Key job responsibilities
- Develop and refine retrieval-augmented generation (RAG) pipelines for AI assistants
- Work with embeddings, vector databases, and memory systems
- Assist with prompt engineering, reranking, and model evaluation
- Experiment with multimodal pipelines combining text, structured data, and images
- Collaborate with engineers to integrate ML workflows into backend systems and cloud environments
A day in the life
As a Machine Learning Engineer Intern, you will experiment with embeddings, integrate vector search systems, and contribute to context-aware pipelines. You’ll learn how GenAI systems are designed, evaluated, and deployed using orchestration tools and cloud platforms.
About The Team
The Ekasys AI team focuses on applied Generative AI, combining retrieval systems, memory architectures, and large language models to deliver robust, domain-specific assistants and intelligent applications.
Basic Qualifications
- Bachelor’s or Master’s degree in Computer Science, Data Science, AI/ML, or related field (in progress or completed)
- Strong programming skills in Python
- Foundational understanding of core ML and NLP concepts
Preferred Qualifications
- Experience with GenAI frameworks such as LangChain/LangGraph, LlamaIndex, or similar.
- Familiarity with vector databases (FAISS, Pinecone, Milvus, Weaviate, Chroma)

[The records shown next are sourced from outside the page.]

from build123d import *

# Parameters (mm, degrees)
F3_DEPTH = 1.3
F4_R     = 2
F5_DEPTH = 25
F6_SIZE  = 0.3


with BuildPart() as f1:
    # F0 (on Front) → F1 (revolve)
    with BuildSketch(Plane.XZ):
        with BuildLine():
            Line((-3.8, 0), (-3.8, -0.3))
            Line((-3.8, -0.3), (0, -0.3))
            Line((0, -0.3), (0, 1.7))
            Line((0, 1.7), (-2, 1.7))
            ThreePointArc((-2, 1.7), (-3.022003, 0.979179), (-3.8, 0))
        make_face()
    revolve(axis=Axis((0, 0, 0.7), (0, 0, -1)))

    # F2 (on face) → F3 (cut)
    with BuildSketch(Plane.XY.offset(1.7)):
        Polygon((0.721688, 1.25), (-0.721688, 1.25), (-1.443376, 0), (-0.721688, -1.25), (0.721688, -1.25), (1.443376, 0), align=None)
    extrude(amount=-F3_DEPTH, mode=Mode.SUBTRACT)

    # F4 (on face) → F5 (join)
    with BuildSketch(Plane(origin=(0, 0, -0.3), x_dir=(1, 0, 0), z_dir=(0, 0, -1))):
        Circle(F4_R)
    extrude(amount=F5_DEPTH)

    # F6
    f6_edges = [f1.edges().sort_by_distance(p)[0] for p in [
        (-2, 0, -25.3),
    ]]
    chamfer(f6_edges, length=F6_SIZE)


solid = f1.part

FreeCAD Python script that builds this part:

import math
import FreeCAD as App
import Part
import Sketcher
Q = App.Units.Quantity


def edges_at(feature, points):
    """Names of the edges that pass closest to the given points."""
    edges = feature.Shape.Edges
    near = lambda p: min(range(len(edges)), key=lambda i: edges[i].distToShape(Part.Vertex(*p))[0])
    return sorted({f"Edge{near(p) + 1}" for p in points})


def add_polygon(sketch, points):
    """Adds a closed chain of lines whose ends are joined by coincident constraints."""
    first, n = sketch.GeometryCount, len(points)
    for a, b in zip(points, points[1:] + points[:1]):
        sketch.addGeometry(Part.LineSegment(App.Vector(*a, 0), App.Vector(*b, 0)), False)
    for i in range(n):
        sketch.addConstraint(Sketcher.Constraint("Coincident", first + i, 2, first + (i + 1) % n, 1))

doc = App.newDocument("Part")
params = doc.addObject("Spreadsheet::Sheet", "Params")
for row, (alias, value) in enumerate([
    ("sketch1_width", "2 mm"),
    ("sketch1_width2", "3.8 mm"),
    ("sketch1_height", "0.3 mm"),
    ("revolution_angle", "360 deg"),
    ("pocket1_length", "1.3 mm"),
    ("sketch3_diameter", "4 mm"),
    ("pad1_length", "25 mm"),
    ("chamfer_size", "0.3 mm"),
], start=1):
    params.set(f"A{row}", alias)
    params.set(f"B{row}", "=" + value)
    params.setAlias(f"B{row}", alias)

body = doc.addObject("PartDesign::Body", "Body")

sketch1 = doc.addObject("Sketcher::SketchObject", "Sketch")
body.addObject(sketch1)
sketch1.AttachmentSupport = (doc.XZ_Plane, [""])
sketch1.MapMode = "FlatFace"
sketch1.addGeometry(Part.LineSegment(App.Vector(-3.8, 0, 0), App.Vector(-3.8, -0.3, 0)), False)
sketch1.addGeometry(Part.LineSegment(App.Vector(-3.8, -0.3, 0), App.Vector(0, -0.3, 0)), False)
sketch1.addGeometry(Part.LineSegment(App.Vector(0, -0.3, 0), App.Vector(0, 1.7, 0)), False)
sketch1.addGeometry(Part.LineSegment(App.Vector(0, 1.7, 0), App.Vector(-2, 1.7, 0)), False)
sketch1.addGeometry(Part.ArcOfCircle(Part.Circle(App.Vector(0, -2.22, 0), App.Vector(0, 0, 1), 4.4), math.radians(117), math.radians(150)), False)
sketch1.addConstraint(Sketcher.Constraint("Coincident", 0, 2, 1, 1))
sketch1.addConstraint(Sketcher.Constraint("Coincident", 1, 2, 2, 1))
sketch1.addConstraint(Sketcher.Constraint("Coincident", 2, 2, 3, 1))
sketch1.addConstraint(Sketcher.Constraint("Coincident", 3, 2, 4, 1))
sketch1.addConstraint(Sketcher.Constraint("Coincident", 4, 2, 0, 1))
sketch1.addConstraint(Sketcher.Constraint("Vertical", 0))
sketch1.addConstraint(Sketcher.Constraint("Horizontal", 1))
sketch1.addConstraint(Sketcher.Constraint("Vertical", 2))
sketch1.addConstraint(Sketcher.Constraint("Horizontal", 3))
sketch1.addConstraint(Sketcher.Constraint("PointOnObject", 4, 3, -2))
sketch1.addConstraint(Sketcher.Constraint("PointOnObject", 1, 2, -2))
sketch1.addConstraint(Sketcher.Constraint("PointOnObject", 4, 2, -1))
sketch1.addConstraint(Sketcher.Constraint("Equal", 3, 2))
sketch1.addConstraint(Sketcher.Constraint("DistanceX", 3, 2, 3, 1, Q("2 mm")))
sketch1.addConstraint(Sketcher.Constraint("DistanceX", 1, 1, 1, 2, Q("3.8 mm")))
sketch1.addConstraint(Sketcher.Constraint("DistanceY", 0, 2, 0, 1, Q("0.3 mm")))
sketch1.setExpression("Constraints[13]", "Params.sketch1_width")
sketch1.setExpression("Constraints[14]", "Params.sketch1_width2")
sketch1.setExpression("Constraints[15]", "Params.sketch1_height")
revolution = doc.addObject("PartDesign::Revolution", "Revolution")
body.addObject(revolution)
revolution.Profile = sketch1
revolution.ReferenceAxis = (sketch1, ["V_Axis"])
revolution.setExpression("Angle", "Params.revolution_angle")

sketch2 = doc.addObject("Sketcher::SketchObject", "Sketch001")
body.addObject(sketch2)
sketch2.AttachmentSupport = (doc.XY_Plane, [""])
sketch2.MapMode = "FlatFace"
sketch2.AttachmentOffset = App.Placement(App.Vector(0, 0, 1.7), App.Rotation())
add_polygon(sketch2, [(0.7, 1.2), (-0.7, 1.2), (-1.4, 0), (-0.7, -1.2), (0.7, -1.2), (1.4, 0)])
sketch2.addConstraint(Sketcher.Constraint("Horizontal", 0))
sketch2.addConstraint(Sketcher.Constraint("Horizontal", 3))
sketch2.addConstraint(Sketcher.Constraint("Symmetric", 0, 2, 3, 2, -1, 1))
sketch2.addConstraint(Sketcher.Constraint("Symmetric", 1, 2, 4, 2, -1, 1))
sketch2.addConstraint(Sketcher.Constraint("PointOnObject", 1, 2, -1))
sketch2.addConstraint(Sketcher.Constraint("Parallel", 2, 5))
sketch2.addConstraint(Sketcher.Constraint("Vertical", 0, 2, 2, 2))
sketch2.addConstraint(Sketcher.Constraint("Angle", 1, Q("-120.000006 deg")))
sketch2.addConstraint(Sketcher.Constraint("DistanceY", 2, 2, 0, 2, Q("2.5 mm")))
sketch2.addConstraint(Sketcher.Constraint("DistanceX", 0, 2, 0, 1, Q("1.443376 mm")))
pocket1 = doc.addObject("PartDesign::Pocket", "Pocket")
body.addObject(pocket1)
pocket1.Profile = sketch2
pocket1.setExpression("Length", "Params.pocket1_length")

sketch3 = doc.addObject("Sketcher::SketchObject", "Sketch002")
body.addObject(sketch3)
sketch3.AttachmentSupport = (doc.XY_Plane, [""])
sketch3.MapMode = "FlatFace"
sketch3.AttachmentOffset = App.Placement(App.Vector(0, 0, -0.3), App.Rotation())
sketch3.addGeometry(Part.Circle(App.Vector(0, 0, 0), App.Vector(0, 0, 1), 2), False)
sketch3.addConstraint(Sketcher.Constraint("Coincident", 0, 3, -1, 1))
sketch3.addConstraint(Sketcher.Constraint("Diameter", 0, Q("4 mm")))
sketch3.setExpression("Constraints[1]", "Params.sketch3_diameter")
pad1 = doc.addObject("PartDesign::Pad", "Pad")
body.addObject(pad1)
pad1.Profile = sketch3
pad1.setExpression("Length", "Params.pad1_length")
pad1.Reversed = True
doc.recompute()

chamfer = doc.addObject("PartDesign::Chamfer", "Chamfer")
body.addObject(chamfer)
chamfer.Base = (pad1, edges_at(pad1, [(-2, 0, -25.3)]))
chamfer.setExpression("Size", "Params.chamfer_size")

doc.recompute()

- Exposure to embedding models (Hugging Face, OpenAI, Qwen, etc.)
- Knowledge of
Ollama
for LLM orchestration
- Experience with PyTorch, TensorFlow, or Hugging Face Transformers
- Cloud exposure:
Azure AI services
, AWS, or GCP Vertex AI
- MLOps tools: MLflow, Weights & Biases
Note:
You are not required to have all listed skills. A solid Python foundation and an eagerness to learn GenAI workflows are most important.